California to implement ‘Death Penalty’ tax rule
Cannabis license holders in Santa Barbara County must pay quarterly taxes or risk losing their licenses.
Santa Barbara County officials are stepping up rules to get cannabis businesses to be current on their tax payments. On June 27, the Santa Barbara County Board of Supervisors approved harsher penalties on cannabis businesses that aren’t paying their taxes on time.
Beginning in August, cannabis businesses in Santa Barbara County, California that don’t pay their quarterly taxes or file the appropriate paperwork within the 30-day grace period could lose their license to operate.
“It’s that severe,” Deputy County Executive Officer Brittany Odermann told the Board of Supervisors at the June 27 meeting. “You are late. … You cannot renew.”
Supervisors unanimously voted to approve measures to increase penalties on cannabis license holders as a way to abate a growing number of failures with timely payments and report filing.
The problem of back taxes has been stacking up in the county, and not surprising, considering that fewer than a quarter of U.S. cannabis businesses are turning profit, according to Whitney Economics.
Santa Maria Sun reports that during a June 6 cannabis meeting, county staff reported that 12 operators hadn’t submitted their third quarter tax report by April 30. Three operators filed between April 30 and June 6. At that meeting, supervisors asked staff to strengthen the penalties and consequences related to timely tax reporting and payment, which are due on the last days of January, April, July, and October.

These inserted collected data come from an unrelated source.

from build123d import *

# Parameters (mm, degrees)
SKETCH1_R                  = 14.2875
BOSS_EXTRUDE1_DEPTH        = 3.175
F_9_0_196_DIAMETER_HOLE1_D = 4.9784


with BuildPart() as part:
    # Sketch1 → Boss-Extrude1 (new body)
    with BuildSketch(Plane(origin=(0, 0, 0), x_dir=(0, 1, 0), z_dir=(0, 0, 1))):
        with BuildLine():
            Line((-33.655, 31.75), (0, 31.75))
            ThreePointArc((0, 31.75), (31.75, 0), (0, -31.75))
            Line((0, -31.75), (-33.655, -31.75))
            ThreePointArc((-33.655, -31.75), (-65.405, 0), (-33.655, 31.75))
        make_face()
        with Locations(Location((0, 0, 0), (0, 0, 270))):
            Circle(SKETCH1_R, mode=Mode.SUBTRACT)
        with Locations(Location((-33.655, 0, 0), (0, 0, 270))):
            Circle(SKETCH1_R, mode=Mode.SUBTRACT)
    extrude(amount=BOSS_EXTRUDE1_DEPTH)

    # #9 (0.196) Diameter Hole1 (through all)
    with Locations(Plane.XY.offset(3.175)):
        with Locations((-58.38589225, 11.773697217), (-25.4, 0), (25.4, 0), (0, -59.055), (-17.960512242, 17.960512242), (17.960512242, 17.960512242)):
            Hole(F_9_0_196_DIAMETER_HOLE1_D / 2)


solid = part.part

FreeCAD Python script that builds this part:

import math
import FreeCAD as App
import Part
import Sketcher
Q = App.Units.Quantity

doc = App.newDocument("Part")
body = doc.addObject("PartDesign::Body", "Body")

# Sketch on XY plane
sketch1 = body.newObject("Sketcher::SketchObject", "Sketch")
sketch1.AttachmentSupport = (doc.getObject("XY_Plane"), [""])
sketch1.MapMode = "FlatFace"
sketch1.addGeometry(Part.LineSegment(App.Vector(-31.75, 0, 0), App.Vector(-31.75, -33.655, 0)), False)
sketch1.addGeometry(Part.ArcOfCircle(Part.Circle(App.Vector(0, -33.655, 0), App.Vector(0, 0, 1), 31.75), math.radians(180), math.radians(360)), False)
sketch1.addGeometry(Part.LineSegment(App.Vector(31.75, -33.655, 0), App.Vector(31.75, 0, 0)), False)
sketch1.addGeometry(Part.ArcOfCircle(Part.Circle(App.Vector(0, 0, 0), App.Vector(0, 0, 1), 31.75), math.radians(0), math.radians(180)), False)
sketch1.addGeometry(Part.Circle(App.Vector(0, 0, 0), App.Vector(0, 0, 1), 14.2875), False)
sketch1.addGeometry(Part.Circle(App.Vector(0, -33.655, 0), App.Vector(0, 0, 1), 14.2875), False)
sketch1.addConstraint(Sketcher.Constraint("Tangent", 0, 2, 1, 1))
sketch1.addConstraint(Sketcher.Constraint("Tangent", 1, 2, 2, 1))
sketch1.addConstraint(Sketcher.Constraint("Tangent", 2, 2, 3, 1))
sketch1.addConstraint(Sketcher.Constraint("Tangent", 3, 2, 0, 1))
sketch1.addConstraint(Sketcher.Constraint("Vertical", 0))
sketch1.addConstraint(Sketcher.Constraint("Vertical", 2))
sketch1.addConstraint(Sketcher.Constraint("Coincident", 3, 3, -1, 1))
sketch1.addConstraint(Sketcher.Constraint("Coincident", 4, 3, -1, 1))
sketch1.addConstraint(Sketcher.Constraint("Coincident", 5, 3, 1, 3))
sketch1.addConstraint(Sketcher.Constraint("Equal", 4, 5))
sketch1.addConstraint(Sketcher.Constraint("Radius", 1, Q("1.25 in")))
sketch1.addConstraint(Sketcher.Constraint("Diameter", 4, Q("1.125 in")))
sketch1.addConstraint(Sketcher.Constraint("DistanceY", 0, 2, 0, 1, Q("1.325 in")))
pad1 = body.newObject("PartDesign::Pad", "Pad")
pad1.Profile = sketch1
pad1.Length = Q("0.125 in")

# Sketch on XY plane
sketch2 = body.newObject("Sketcher::SketchObject", "Sketch001")
sketch2.AttachmentSupport = (doc.getObject("XY_Plane"), [""])
sketch2.MapMode = "FlatFace"
sketch2.AttachmentOffset = App.Placement(App.Vector(0, 0, 0.125 * 25.4), App.Rotation())
sketch2.addGeometry(Part.Circle(App.Vector(-58.385892, 11.773697, 0), App.Vector(0, 0, 1), 2.4892), False)
sketch2.addGeometry(Part.Circle(App.Vector(-25.4, 0, 0), App.Vector(0, 0, 1), 2.4892), False)
sketch2.addGeometry(Part.Circle(App.Vector(25.4, 0, 0), App.Vector(0, 0, 1), 2.4892), False)
sketch2.addGeometry(Part.Circle(App.Vector(0, -59.055, 0), App.Vector(0, 0, 1), 2.4892), False)
sketch2.addGeometry(Part.Circle(App.Vector(-17.960512, 17.960512, 0), App.Vector(0, 0, 1), 2.4892), False)
sketch2.addGeometry(Part.Circle(App.Vector(17.960512, 17.960512, 0), App.Vector(0, 0, 1), 2.4892), False)
sketch2.addConstraint(Sketcher.Constraint("Equal", 0, 1))
sketch2.addConstraint(Sketcher.Constraint("Equal", 1, 2))
sketch2.addConstraint(Sketcher.Constraint("Equal", 2, 3))
sketch2.addConstraint(Sketcher.Constraint("Equal", 3, 4))
sketch2.addConstraint(Sketcher.Constraint("Equal", 4, 5))
sketch2.addConstraint(Sketcher.Constraint("Symmetric", 1, 3, 2, 3, -1, 1))
sketch2.addConstraint(Sketcher.Constraint("Symmetric", 4, 3, 5, 3, -2))
sketch2.addConstraint(Sketcher.Constraint("PointOnObject", 1, 3, -1))
sketch2.addConstraint(Sketcher.Constraint("PointOnObject", 3, 3, -2))
sketch2.addConstraint(Sketcher.Constraint("Diameter", 0, Q("0.196 in")))
sketch2.addConstraint(Sketcher.Constraint("DistanceX", 1, 3, -1, 1, Q("1 in")))
sketch2.addConstraint(Sketcher.Constraint("DistanceY", 3, 3, -1, 1, Q("2.325 in")))
sketch2.addConstraint(Sketcher.Constraint("DistanceX", 0, 3, 4, 3, Q("40.42538 mm")))
sketch2.addConstraint(Sketcher.Constraint("DistanceX", 0, 3, -1, 1, Q("58.385892 mm")))
sketch2.addConstraint(Sketcher.Constraint("DistanceY", -1, 1, 0, 3, Q("11.773697 mm")))
sketch2.addConstraint(Sketcher.Constraint("DistanceY", -1, 1, 4, 3, Q("17.960512 mm")))
doc.recompute()
hole = body.newObject("PartDesign::Hole", "Hole")
hole.Profile = sketch2
hole.ThreadType = "None"
hole.Diameter = Q("0.196 in")
hole.DepthType = "ThroughAll"

doc.recompute()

Santa Barbara Supervisors Weigh In
Some supervisors didn’t agree with the implementation of harsher penalties.
“This is not the way that we collect taxes in the county. I think we’ve gone from a kind of slap on the wrist to a death penalty,” 5th District Supervisor Steve Lavagnino said. “That would be like if you’re one day late on your TOT [transient occupancy tax], you have to shut your hotel down, or if you’re one day late on your property taxes, you gotta move out of your house.”
He added that forcing businesses out of the cannabis industry wasn’t the supervisors’ intent when they asked staff for stricter penalties.

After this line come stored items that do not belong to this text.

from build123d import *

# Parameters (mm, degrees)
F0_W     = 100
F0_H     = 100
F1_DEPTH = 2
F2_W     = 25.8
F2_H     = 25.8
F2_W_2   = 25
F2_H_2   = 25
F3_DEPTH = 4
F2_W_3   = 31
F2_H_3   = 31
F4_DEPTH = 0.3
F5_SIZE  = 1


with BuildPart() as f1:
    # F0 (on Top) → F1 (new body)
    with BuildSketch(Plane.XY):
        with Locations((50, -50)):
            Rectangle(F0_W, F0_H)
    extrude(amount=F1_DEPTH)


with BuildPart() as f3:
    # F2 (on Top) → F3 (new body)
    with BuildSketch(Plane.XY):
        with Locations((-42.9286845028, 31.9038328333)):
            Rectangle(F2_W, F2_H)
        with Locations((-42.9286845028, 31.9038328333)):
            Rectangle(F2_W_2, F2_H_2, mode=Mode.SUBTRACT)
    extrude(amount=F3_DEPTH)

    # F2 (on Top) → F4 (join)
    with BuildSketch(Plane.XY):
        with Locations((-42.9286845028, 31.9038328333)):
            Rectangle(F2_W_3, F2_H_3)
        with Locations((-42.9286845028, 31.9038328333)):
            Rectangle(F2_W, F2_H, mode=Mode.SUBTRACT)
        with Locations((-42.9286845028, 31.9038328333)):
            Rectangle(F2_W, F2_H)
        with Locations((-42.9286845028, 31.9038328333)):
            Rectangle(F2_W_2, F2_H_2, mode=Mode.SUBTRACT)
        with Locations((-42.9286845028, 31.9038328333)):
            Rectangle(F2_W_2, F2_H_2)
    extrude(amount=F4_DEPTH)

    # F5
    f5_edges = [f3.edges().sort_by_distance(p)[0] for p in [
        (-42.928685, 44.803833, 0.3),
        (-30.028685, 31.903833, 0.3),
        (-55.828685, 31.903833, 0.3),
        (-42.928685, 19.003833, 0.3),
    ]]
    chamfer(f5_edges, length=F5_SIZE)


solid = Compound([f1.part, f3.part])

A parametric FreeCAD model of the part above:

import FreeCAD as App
import Part
import Sketcher
Q = App.Units.Quantity


def edges_at(feature, points):
    """Names of the edges that pass closest to the given points."""
    edges = feature.Shape.Edges
    near = lambda p: min(range(len(edges)), key=lambda i: edges[i].distToShape(Part.Vertex(*p))[0])
    return sorted({f"Edge{near(p) + 1}" for p in points})


def add_polygon(sketch, points):
    """Adds a closed chain of lines whose ends are joined by coincident constraints."""
    first, n = sketch.GeometryCount, len(points)
    for a, b in zip(points, points[1:] + points[:1]):
        sketch.addGeometry(Part.LineSegment(App.Vector(*a, 0), App.Vector(*b, 0)), False)
    for i in range(n):
        sketch.addConstraint(Sketcher.Constraint("Coincident", first + i, 2, first + (i + 1) % n, 1))

doc = App.newDocument("Part")
body = doc.addObject("PartDesign::Body", "Body")

# Sketch on XY plane
sketch1 = doc.addObject("Sketcher::SketchObject", "Sketch")
body.addObject(sketch1)
sketch1.AttachmentSupport = (doc.XY_Plane, [""])
sketch1.MapMode = "FlatFace"
add_polygon(sketch1, [(0, 0), (0, -100), (100, -100), (100, 0)])  # lines 0-3
sketch1.addConstraint([
    Sketcher.Constraint("Vertical", 0),
    Sketcher.Constraint("Horizontal", 1),
    Sketcher.Constraint("Vertical", 2),
    Sketcher.Constraint("Horizontal", 3),
    Sketcher.Constraint("Coincident", 3, 2, -1, 1),
    Sketcher.Constraint("Equal", 3, 0),
    Sketcher.Constraint("DistanceX", 1, 1, 1, 2, Q("100 mm")),
])
pad1 = doc.addObject("PartDesign::Pad", "Pad")
body.addObject(pad1)
pad1.Profile = sketch1
pad1.Length = 2
body2 = doc.addObject("PartDesign::Body", "Body001")

# Sketch on XY plane
sketch2 = doc.addObject("Sketcher::SketchObject", "Sketch001")
body2.addObject(sketch2)
sketch2.AttachmentSupport = (doc.getObject("XY_Plane001"), [""])
sketch2.MapMode = "FlatFace"
add_polygon(sketch2, [(-56, 45), (-56, 19), (-30, 19), (-30, 45)])  # lines 0-3
add_polygon(sketch2, [(-30, 19), (-55, 19), (-55, 44), (-30, 44)])  # lines 4-7
sketch2.addConstraint([
    Sketcher.Constraint("Vertical", 0),
    Sketcher.Constraint("Horizontal", 1),
    Sketcher.Constraint("Vertical", 2),
    Sketcher.Constraint("Horizontal", 3),
    Sketcher.Constraint("Horizontal", 4),
    Sketcher.Constraint("Vertical", 5),
    Sketcher.Constraint("Horizontal", 6),
    Sketcher.Constraint("Vertical", 7),
    Sketcher.Constraint("Equal", 3, 0),
    Sketcher.Constraint("Equal", 6, 5),
    Sketcher.Constraint("DistanceX", 4, 2, 4, 1, Q("25 mm")),
    Sketcher.Constraint("DistanceX", 1, 1, 1, 2, Q("25.8 mm")),
    Sketcher.Constraint("DistanceX", 0, 2, 4, 2, Q("0.4 mm")),
    Sketcher.Constraint("DistanceY", 0, 2, 4, 2, Q("0.4 mm")),
    Sketcher.Constraint("DistanceX", 0, 2, -1, 1, Q("55.828685 mm")),
    Sketcher.Constraint("DistanceY", -1, 1, 0, 2, Q("19.003833 mm")),
])
pad2 = doc.addObject("PartDesign::Pad", "Pad001")
body2.addObject(pad2)
pad2.Profile = sketch2
pad2.Length = 4

# Sketch on XY plane
sketch3 = doc.addObject("Sketcher::SketchObject", "Sketch002")
body2.addObject(sketch3)
sketch3.AttachmentSupport = (doc.getObject("XY_Plane001"), [""])
sketch3.MapMode = "FlatFace"
add_polygon(sketch3, [(-58, 47), (-58, 16), (-27, 16), (-27, 47)])  # lines 0-3
sketch3.addConstraint([
    Sketcher.Constraint("Vertical", 0),
    Sketcher.Constraint("Horizontal", 1),
    Sketcher.Constraint("Vertical", 2),
    Sketcher.Constraint("Horizontal", 3),
    Sketcher.Constraint("Equal", 3, 0),
    Sketcher.Constraint("DistanceX", 1, 1, 1, 2, Q("31 mm")),
    Sketcher.Constraint("DistanceX", 0, 2, -1, 1, Q("58.428685 mm")),
    Sketcher.Constraint("DistanceY", -1, 1, 0, 2, Q("16.403833 mm")),
])
pad3 = doc.addObject("PartDesign::Pad", "Pad002")
body2.addObject(pad3)
pad3.Profile = sketch3
pad3.Length = 0.3
doc.recompute()

chamfer = doc.addObject("PartDesign::Chamfer", "Chamfer")
body2.addObject(chamfer)
chamfer.Base = (pad3, edges_at(pad3, [
    (-42.929, 44.804, 0.3),
    (-30.029, 31.904, 0.3),
    (-55.829, 31.904, 0.3),
    (-42.929, 19.004, 0.3),
]))
chamfer.Size = 1

doc.recompute()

“Our intention is to get somebody to pay the tax,” he said. “I would hope that we could come up with something that is the intent of what we’re trying to do.”
There was already a 30-day grace period built into the county’s cannabis tax system, which the new amendments wouldn’t alter. Odermann said that if taxes are due on Jan. 1, businesses have to pay them by the Jan. 30 delinquency date, which is also when the report accompanying those taxes needs to be filed.
“We’re saying if you don’t do that by Jan. 30, then there’s the death penalty,” Odermann said.
Others agreed that the rules were a bit much.
“This is a standard that, like, nobody else lives by,” 1st District Supervisor Das Williams said. “Is there any other option? … Can people essentially prepay their cannabis taxes to be out of this quarterly jeopardy? … If our goal is remedy and better collection, then why wouldn’t we allow people to pay their taxes ahead of time?”
In 2020, a grand jury in Santa Barbara, California criticized the county’s cannabis regulations in a report, citing that members of the Board of Supervisors allowed cannabis businesses to dictate policy and failed to serve the interests of county residents. The grand jury, which serves as an oversight body for county agencies, wrote in the report that it had received several requests to investigate the actions of the board in relation to the creation of the county’s cannabis regulations.